Amid continuing tensions in the Middle East concerning the United States’ next military target, the Bush administration said yesterday it has no plans to attack Syria in order to overthrow its leadership or impose democracy.

In response to the announcement, some area students of Syrian descent expressed concern over the Bush administration’s criticism of Syria and U.S. policies in the Middle East.

“(The United States) has yet to find weapons of mass destruction in Iraq,” said Mazin Hawasli, a sophomore at Washtenaw Community College. “Then they want to start pointing fingers at other countries, who clearly for some time disagreed with America’s foreign policy and backed France when they wanted to veto Resolution 1441, giving America and the U.K. the green light to bomb Baghdad.”

The United States has accused Syria of providing Iraq with weapons and refuge to Iraqi and Baath Party leaders, supporting terrorism and producing chemical weapons. The United States has also said Syrian fighters were allowed to join the war against U.S.-led coalition forces in Iraq.

But the Syrian government has repeatedly denied it has any chemical weapons.

“There is no evidence for all the allegations,” LSA junior Lena Masri said.

Hawasli said the difference between the amount of oil Syria holds and Iraq’s vast oil reserves might prevent the United States from attacking Syria.

“We all know that the U.S. has the military power to confront the whole region,” Hawasli said. “It’s because Syria doesn’t contain much of the valued resources as let’s say Iraq, which is oil … America wouldn’t be benefiting anything from going to war with Syria and changing their regime.”

But Masri said oil is not the major issue for going to war with Syria. Instead the U.S. plan to transfer power to Israel is the major issue, she said.

“By attacking Iraq, Syria and even Iran, (Bush) wants to attack the Middle East and shift the power to Israel,” Masri said. “By attacking the Middle East, the balance of power will shift toward Israel.”
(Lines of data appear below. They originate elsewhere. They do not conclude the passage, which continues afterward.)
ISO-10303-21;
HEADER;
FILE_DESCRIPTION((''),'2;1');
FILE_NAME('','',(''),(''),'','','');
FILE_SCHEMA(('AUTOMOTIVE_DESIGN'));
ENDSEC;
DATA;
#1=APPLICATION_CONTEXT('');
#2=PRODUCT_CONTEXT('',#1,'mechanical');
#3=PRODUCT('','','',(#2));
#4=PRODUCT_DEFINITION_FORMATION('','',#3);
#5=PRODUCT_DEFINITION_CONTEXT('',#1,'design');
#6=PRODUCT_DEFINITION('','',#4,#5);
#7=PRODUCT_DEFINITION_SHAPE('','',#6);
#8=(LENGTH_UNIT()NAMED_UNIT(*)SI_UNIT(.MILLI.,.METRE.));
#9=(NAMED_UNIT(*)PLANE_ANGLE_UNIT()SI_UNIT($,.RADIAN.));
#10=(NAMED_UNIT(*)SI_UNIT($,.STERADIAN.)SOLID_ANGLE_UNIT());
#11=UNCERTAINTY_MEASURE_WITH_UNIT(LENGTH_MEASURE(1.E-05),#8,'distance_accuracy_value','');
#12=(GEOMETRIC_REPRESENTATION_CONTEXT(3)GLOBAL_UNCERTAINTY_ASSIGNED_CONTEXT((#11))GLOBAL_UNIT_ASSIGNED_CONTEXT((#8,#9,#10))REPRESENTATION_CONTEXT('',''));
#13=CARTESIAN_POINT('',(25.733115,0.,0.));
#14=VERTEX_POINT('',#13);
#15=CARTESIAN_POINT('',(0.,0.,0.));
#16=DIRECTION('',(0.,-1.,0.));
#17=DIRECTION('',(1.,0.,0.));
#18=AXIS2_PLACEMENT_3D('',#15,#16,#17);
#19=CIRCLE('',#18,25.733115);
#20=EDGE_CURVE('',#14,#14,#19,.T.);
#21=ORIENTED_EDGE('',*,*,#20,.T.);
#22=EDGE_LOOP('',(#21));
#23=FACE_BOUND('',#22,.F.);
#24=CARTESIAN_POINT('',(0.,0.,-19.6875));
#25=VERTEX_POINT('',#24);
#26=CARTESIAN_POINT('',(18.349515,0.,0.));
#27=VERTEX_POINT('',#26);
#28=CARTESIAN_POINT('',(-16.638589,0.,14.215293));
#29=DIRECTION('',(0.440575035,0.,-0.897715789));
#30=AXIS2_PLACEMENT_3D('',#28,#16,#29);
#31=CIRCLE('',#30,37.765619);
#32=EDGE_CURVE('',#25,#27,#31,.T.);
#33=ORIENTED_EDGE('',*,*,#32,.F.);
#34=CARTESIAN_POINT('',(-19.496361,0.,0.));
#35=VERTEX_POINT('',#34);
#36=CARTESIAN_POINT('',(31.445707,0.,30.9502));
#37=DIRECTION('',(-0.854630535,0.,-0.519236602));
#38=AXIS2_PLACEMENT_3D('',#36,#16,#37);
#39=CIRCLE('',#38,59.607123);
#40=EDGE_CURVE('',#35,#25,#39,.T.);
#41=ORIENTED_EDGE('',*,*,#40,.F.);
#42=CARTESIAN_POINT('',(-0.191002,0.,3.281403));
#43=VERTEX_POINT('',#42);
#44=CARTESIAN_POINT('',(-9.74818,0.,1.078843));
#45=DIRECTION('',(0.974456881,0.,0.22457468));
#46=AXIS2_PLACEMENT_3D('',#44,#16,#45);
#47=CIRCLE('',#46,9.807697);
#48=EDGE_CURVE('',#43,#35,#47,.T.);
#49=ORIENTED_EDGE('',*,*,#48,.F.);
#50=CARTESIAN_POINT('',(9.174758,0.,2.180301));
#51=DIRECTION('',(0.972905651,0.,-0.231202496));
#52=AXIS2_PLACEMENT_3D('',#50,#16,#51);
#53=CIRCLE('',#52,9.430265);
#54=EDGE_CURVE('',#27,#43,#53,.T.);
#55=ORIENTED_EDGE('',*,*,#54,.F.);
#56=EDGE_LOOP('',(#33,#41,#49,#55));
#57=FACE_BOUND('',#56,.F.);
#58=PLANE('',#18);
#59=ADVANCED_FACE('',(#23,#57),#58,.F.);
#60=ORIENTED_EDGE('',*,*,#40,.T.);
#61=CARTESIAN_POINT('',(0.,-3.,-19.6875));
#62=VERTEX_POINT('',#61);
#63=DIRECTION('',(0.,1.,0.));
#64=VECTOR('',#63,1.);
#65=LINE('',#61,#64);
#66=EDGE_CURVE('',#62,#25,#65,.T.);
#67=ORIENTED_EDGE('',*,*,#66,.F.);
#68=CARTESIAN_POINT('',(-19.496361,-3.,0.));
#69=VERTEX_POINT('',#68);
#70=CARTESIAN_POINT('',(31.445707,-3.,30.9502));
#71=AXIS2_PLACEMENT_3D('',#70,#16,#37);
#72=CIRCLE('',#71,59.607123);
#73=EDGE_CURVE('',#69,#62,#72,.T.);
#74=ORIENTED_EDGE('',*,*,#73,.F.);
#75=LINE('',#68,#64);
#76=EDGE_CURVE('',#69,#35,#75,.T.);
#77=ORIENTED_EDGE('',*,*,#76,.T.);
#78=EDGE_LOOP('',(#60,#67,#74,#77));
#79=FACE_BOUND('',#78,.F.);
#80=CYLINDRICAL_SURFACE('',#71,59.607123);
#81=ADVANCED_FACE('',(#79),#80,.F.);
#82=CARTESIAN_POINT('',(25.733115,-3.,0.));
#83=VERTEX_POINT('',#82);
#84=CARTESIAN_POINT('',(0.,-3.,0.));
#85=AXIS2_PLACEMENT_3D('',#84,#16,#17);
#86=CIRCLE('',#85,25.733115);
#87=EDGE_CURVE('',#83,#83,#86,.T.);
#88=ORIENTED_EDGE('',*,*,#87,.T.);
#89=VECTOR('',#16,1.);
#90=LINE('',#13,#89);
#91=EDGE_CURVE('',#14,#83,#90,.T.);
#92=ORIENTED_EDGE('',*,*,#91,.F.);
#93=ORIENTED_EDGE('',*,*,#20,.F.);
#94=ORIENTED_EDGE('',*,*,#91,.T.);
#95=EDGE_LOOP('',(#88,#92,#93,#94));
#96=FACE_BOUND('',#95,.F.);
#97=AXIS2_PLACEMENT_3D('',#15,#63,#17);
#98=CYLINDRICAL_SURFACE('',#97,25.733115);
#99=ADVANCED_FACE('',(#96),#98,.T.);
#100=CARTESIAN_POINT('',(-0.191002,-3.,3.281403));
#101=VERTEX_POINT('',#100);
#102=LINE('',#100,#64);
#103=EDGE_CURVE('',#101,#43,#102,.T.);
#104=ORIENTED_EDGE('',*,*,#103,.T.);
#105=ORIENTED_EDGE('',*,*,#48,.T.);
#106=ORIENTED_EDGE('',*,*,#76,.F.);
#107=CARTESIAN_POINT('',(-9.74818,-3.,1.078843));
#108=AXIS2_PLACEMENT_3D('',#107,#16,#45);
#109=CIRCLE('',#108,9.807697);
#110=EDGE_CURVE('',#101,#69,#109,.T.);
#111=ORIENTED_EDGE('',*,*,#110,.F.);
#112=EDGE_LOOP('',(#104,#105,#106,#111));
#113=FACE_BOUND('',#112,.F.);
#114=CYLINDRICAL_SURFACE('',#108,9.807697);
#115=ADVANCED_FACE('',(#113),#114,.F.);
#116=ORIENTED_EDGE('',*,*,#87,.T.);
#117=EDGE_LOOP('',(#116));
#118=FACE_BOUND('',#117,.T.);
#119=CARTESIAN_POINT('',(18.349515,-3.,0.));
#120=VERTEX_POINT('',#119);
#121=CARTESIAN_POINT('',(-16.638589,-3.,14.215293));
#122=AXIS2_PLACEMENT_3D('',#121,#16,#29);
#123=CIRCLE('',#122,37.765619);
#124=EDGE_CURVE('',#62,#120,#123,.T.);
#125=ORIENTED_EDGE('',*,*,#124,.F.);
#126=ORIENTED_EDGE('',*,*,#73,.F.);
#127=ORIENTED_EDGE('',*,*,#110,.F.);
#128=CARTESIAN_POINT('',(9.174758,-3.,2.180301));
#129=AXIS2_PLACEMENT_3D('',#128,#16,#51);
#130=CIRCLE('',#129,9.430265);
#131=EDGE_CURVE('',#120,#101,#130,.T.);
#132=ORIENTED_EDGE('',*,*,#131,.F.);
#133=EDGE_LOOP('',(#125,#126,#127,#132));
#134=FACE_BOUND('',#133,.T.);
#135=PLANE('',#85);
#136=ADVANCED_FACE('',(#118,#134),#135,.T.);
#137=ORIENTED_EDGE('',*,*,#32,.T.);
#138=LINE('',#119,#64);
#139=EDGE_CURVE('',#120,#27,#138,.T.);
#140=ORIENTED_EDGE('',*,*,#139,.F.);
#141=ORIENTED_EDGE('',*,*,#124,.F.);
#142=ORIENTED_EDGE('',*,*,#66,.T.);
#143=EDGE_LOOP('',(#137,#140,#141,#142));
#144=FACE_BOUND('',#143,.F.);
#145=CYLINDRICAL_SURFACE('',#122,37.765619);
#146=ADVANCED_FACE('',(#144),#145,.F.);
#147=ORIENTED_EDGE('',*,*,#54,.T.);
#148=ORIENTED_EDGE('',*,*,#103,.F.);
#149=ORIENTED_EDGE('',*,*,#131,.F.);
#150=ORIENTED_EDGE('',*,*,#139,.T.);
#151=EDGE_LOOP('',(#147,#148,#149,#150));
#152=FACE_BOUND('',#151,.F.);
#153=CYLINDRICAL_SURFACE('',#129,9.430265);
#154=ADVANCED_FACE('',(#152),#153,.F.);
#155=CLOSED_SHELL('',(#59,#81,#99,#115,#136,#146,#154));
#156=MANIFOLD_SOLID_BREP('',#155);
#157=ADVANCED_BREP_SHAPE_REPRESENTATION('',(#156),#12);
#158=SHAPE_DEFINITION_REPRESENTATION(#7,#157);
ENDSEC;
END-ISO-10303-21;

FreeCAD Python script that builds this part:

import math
import FreeCAD as App
import Part
import Sketcher
Q = App.Units.Quantity

doc = App.newDocument("Part")
body = doc.addObject("PartDesign::Body", "Body")

# Sketch on XZ plane
sketch1 = body.newObject("Sketcher::SketchObject", "Sketch")
sketch1.AttachmentSupport = (doc.getObject("XZ_Plane"), [""])
sketch1.MapMode = "FlatFace"
sketch1.addGeometry(Part.Circle(App.Vector(0, 0, 0), App.Vector(0, 0, 1), 26), False)
sketch1.addConstraint(Sketcher.Constraint("Coincident", 0, 3, -1, 1))
sketch1.addConstraint(Sketcher.Constraint("Diameter", 0, Q("51.466229 mm")))
pad1 = body.newObject("PartDesign::Pad", "Pad")
pad1.Profile = sketch1
pad1.Length = 3

# Sketch on XZ plane
sketch2 = body.newObject("Sketcher::SketchObject", "Sketch001")
sketch2.AttachmentSupport = (doc.getObject("XZ_Plane"), [""])
sketch2.MapMode = "FlatFace"
sketch2.AttachmentOffset = App.Placement(App.Vector(0, 0, 3), App.Rotation())
sketch2.addGeometry(Part.ArcOfCircle(Part.Circle(App.Vector(-10, 1, 0), App.Vector(0, 0, 1), 10), math.radians(13), math.radians(186)), False)
sketch2.addGeometry(Part.ArcOfCircle(Part.Circle(App.Vector(31, 31, 0), App.Vector(0, 0, 1), 60), math.radians(-149), math.radians(-122)), False)
sketch2.addGeometry(Part.ArcOfCircle(Part.Circle(App.Vector(-17, 14, 0), App.Vector(0, 0, 1), 38), math.radians(-64), math.radians(-22)), False)
sketch2.addGeometry(Part.ArcOfCircle(Part.Circle(App.Vector(9, 2, 0), App.Vector(0, 0, 1), 9), math.radians(-13), math.radians(173)), False)
sketch2.addConstraint(Sketcher.Constraint("Coincident", 0, 2, 1, 1))
sketch2.addConstraint(Sketcher.Constraint("Coincident", 1, 2, 2, 1))
sketch2.addConstraint(Sketcher.Constraint("Coincident", 2, 2, 3, 1))
sketch2.addConstraint(Sketcher.Constraint("Coincident", 3, 2, 0, 1))
sketch2.addConstraint(Sketcher.Constraint("PointOnObject", 0, 2, -1))
sketch2.addConstraint(Sketcher.Constraint("PointOnObject", 1, 2, -2))
sketch2.addConstraint(Sketcher.Constraint("PointOnObject", 2, 2, -1))
sketch2.addConstraint(Sketcher.Constraint("Radius", 2, Q("37.765619 mm")))
sketch2.addConstraint(Sketcher.Constraint("Radius", 0, Q("9.807697 mm")))
sketch2.addConstraint(Sketcher.Constraint("Radius", 1, Q("59.607123 mm")))
sketch2.addConstraint(Sketcher.Constraint("Radius", 3, Q("9.430265 mm")))
sketch2.addConstraint(Sketcher.Constraint("DistanceY", -1, 1, 1, 3, Q("30.9502 mm")))
sketch2.addConstraint(Sketcher.Constraint("DistanceY", -1, 1, 3, 3, Q("2.180301 mm")))
sketch2.addConstraint(Sketcher.Constraint("DistanceY", 1, 2, -1, 1, Q("19.6875 mm")))
sketch2.addConstraint(Sketcher.Constraint("DistanceX", 0, 3, -1, 1, Q("9.74818 mm")))
sketch2.addConstraint(Sketcher.Constraint("DistanceX", 2, 3, -1, 1, Q("16.638589 mm")))
pocket1 = body.newObject("PartDesign::Pocket", "Pocket")
pocket1.Profile = sketch2
pocket1.Length = 25

doc.recompute()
“America is yet to understand the political function of how Arabs view America and Israel,” Hawasli said. “As much as Bush finds Saddam as the main issue at hand, the Arab world views Israel as a priority.”

U.S. officials also said they still want to include Syria in the Middle East peacemaking process between Israelis and Palestinians.

“It’s funny how one day you can publicly talk badly about a country all across the world and then talk about how they can be our buddy as long as they don’t let the Iraqis sleep over,” Hawasli said. “I’m lost. One second we point the finger and say that’s the bad guy, then a minute later, all of a sudden we want them to be part of a peace process? Who are we to label the world good or evil?”

Instead of extending the “war on terror” to new countries, Muslim Students Association President Kenan Mossa-Basha said, the United States should be “focusing on nation-building, infrastructure and institutions necessary for normalcy and freedom based on pluralism by the Iraqi people.”

“There has to be a rebuilding of Iraq before pursuing any other initiatives,” added Mossa-Basha, a Business school senior.